>>>
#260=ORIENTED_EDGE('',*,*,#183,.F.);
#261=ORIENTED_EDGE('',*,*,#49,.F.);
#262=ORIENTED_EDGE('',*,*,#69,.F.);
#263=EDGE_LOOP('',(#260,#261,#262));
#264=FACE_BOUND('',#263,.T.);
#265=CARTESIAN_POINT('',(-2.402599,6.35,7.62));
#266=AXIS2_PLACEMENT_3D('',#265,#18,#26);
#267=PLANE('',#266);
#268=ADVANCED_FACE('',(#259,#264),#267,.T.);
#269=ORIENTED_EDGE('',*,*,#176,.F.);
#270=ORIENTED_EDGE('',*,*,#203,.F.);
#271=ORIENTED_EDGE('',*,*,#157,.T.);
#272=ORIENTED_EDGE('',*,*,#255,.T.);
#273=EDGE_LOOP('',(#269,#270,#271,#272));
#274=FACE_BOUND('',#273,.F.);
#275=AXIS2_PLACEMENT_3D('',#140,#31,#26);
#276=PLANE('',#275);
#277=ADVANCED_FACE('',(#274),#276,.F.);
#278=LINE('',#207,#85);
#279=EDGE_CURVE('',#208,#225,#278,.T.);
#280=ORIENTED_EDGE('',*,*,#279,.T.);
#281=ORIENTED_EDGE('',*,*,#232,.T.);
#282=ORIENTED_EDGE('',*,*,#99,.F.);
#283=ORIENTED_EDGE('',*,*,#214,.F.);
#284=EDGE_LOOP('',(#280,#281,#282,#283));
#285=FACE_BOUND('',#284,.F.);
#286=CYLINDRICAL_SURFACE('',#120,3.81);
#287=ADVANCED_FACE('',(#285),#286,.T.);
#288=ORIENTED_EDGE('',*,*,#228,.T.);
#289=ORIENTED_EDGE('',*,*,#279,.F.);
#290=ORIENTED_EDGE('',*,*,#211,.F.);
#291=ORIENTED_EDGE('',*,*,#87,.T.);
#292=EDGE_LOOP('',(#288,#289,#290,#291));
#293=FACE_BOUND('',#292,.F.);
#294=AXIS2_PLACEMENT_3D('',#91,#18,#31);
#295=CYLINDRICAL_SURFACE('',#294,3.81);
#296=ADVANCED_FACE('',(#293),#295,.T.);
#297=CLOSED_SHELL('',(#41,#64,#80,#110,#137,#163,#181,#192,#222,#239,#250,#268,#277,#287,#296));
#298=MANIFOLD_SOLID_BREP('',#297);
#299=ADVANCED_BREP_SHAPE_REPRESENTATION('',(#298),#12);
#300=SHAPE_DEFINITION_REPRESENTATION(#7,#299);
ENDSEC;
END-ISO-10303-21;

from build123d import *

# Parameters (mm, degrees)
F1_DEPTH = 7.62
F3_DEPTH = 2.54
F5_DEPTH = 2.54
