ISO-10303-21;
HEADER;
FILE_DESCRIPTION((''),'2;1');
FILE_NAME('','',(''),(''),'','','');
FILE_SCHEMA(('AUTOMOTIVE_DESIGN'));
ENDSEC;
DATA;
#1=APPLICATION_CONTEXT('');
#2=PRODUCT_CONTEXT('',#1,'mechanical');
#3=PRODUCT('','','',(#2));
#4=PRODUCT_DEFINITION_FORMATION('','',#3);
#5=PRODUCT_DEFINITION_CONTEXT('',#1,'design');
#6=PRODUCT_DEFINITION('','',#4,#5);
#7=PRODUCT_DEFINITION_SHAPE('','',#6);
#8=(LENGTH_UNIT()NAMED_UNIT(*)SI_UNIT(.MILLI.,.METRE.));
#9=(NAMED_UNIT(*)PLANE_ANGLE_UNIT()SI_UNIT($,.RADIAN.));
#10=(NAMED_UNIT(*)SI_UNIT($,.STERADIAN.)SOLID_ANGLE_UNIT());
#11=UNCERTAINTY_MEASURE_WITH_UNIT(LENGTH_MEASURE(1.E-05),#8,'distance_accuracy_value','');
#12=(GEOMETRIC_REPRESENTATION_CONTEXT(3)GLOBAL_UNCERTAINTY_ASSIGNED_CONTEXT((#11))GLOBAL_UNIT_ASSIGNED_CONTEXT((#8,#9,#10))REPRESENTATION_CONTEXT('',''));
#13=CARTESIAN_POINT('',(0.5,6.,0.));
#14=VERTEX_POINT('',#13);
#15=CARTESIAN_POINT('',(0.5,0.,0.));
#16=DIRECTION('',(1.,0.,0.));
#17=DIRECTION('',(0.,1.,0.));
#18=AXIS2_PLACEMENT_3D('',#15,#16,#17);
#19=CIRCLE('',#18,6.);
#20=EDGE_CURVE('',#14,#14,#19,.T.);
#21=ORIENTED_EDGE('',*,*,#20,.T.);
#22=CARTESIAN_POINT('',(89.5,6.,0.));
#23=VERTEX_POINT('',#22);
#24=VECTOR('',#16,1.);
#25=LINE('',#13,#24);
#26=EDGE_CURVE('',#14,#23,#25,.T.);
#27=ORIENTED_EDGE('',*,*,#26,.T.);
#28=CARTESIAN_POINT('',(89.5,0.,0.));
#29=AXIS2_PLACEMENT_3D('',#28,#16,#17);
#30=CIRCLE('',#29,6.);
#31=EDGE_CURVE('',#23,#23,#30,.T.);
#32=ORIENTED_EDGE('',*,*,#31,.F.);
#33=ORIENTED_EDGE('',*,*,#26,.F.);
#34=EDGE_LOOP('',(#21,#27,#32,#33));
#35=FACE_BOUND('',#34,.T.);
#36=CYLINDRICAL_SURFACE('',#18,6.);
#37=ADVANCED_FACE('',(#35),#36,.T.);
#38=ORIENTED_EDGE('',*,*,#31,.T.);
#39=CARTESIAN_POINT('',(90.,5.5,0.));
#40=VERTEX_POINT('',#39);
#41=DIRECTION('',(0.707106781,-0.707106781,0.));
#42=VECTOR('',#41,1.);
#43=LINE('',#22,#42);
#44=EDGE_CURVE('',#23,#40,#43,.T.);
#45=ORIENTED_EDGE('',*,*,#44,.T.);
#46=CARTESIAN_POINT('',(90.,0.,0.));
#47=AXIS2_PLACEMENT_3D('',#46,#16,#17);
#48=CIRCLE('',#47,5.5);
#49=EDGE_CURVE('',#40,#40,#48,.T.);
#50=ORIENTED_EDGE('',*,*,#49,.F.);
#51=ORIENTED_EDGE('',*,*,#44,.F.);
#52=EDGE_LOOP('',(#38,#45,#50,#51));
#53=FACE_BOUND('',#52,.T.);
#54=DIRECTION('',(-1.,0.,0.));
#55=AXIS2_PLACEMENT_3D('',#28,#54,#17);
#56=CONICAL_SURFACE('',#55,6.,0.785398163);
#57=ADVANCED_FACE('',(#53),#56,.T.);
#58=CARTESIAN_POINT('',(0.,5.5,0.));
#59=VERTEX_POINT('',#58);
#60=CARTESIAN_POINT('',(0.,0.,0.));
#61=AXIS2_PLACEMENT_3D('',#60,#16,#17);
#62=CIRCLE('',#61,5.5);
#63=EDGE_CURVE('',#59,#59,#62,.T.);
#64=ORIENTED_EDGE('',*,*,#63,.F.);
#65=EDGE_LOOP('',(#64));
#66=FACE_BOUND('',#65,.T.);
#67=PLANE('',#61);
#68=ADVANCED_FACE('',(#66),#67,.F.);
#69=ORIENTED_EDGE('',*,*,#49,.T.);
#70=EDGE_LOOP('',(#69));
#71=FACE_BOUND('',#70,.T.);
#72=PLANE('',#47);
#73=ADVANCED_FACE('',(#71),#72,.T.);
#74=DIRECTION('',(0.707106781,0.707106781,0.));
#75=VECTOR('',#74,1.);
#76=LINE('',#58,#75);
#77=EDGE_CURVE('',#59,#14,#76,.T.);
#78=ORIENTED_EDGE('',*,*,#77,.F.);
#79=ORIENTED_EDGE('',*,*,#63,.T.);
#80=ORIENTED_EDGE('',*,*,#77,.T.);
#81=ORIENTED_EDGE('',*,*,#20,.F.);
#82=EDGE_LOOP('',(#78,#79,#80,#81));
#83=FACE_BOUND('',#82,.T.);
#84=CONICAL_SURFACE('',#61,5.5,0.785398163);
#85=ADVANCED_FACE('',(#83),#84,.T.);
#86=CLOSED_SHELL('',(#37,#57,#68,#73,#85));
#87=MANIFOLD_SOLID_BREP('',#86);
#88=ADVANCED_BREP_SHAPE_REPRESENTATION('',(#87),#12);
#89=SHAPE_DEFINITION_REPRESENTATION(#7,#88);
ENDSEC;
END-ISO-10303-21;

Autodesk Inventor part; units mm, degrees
ref_plane "YZ Plane" through (0, 0, 0) normal (1, 0, 0) x (0, 1, 0)
ref_plane "XZ Plane" through (0, 0, 0) normal (0, 1, 0) x (-1, 0, 0)
ref_plane "XY Plane" through (0, 0, 0) normal (0, 0, 1) x (1, 0, 0)
sketch "Sketch_1" plane through (0, 0, 0) normal (0, 0, 1) x (1, 0, 0)
  line L0 (90, 0) -> (0, 0)
  line L1 (0, 0) -> (0, 5.5)
  line L2 (0, 5.5) -> (0.5, 6)
  line L3 (0.5, 6) -> (89.5, 6)
  line L4 (89.5, 6) -> (90, 5.5)
  line L5 (90, 5.5) -> (90, 0)
  line L6 (90, 0) -> (0, 0)
revolve "Revolution1" add sketch "Sketch_1" angle 360 about axis through (90, 0, 0) along (1, 0, 0)
properties part number "SSS1-10"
<<<
With the line holding "#49=EDGE_CURVE('',#40,#40,#48,.T.);" as the first and the line holding "#55=AXIS2_PLACEMENT_3D('',#28,#54,#17);" as the last, please transcribe exactly the lines of the material above in that range and nothing else.

## RESPONSE
#49=EDGE_CURVE('',#40,#40,#48,.T.);
#50=ORIENTED_EDGE('',*,*,#49,.F.);
#51=ORIENTED_EDGE('',*,*,#44,.F.);
#52=EDGE_LOOP('',(#38,#45,#50,#51));
#53=FACE_BOUND('',#52,.T.);
#54=DIRECTION('',(-1.,0.,0.));
#55=AXIS2_PLACEMENT_3D('',#28,#54,#17);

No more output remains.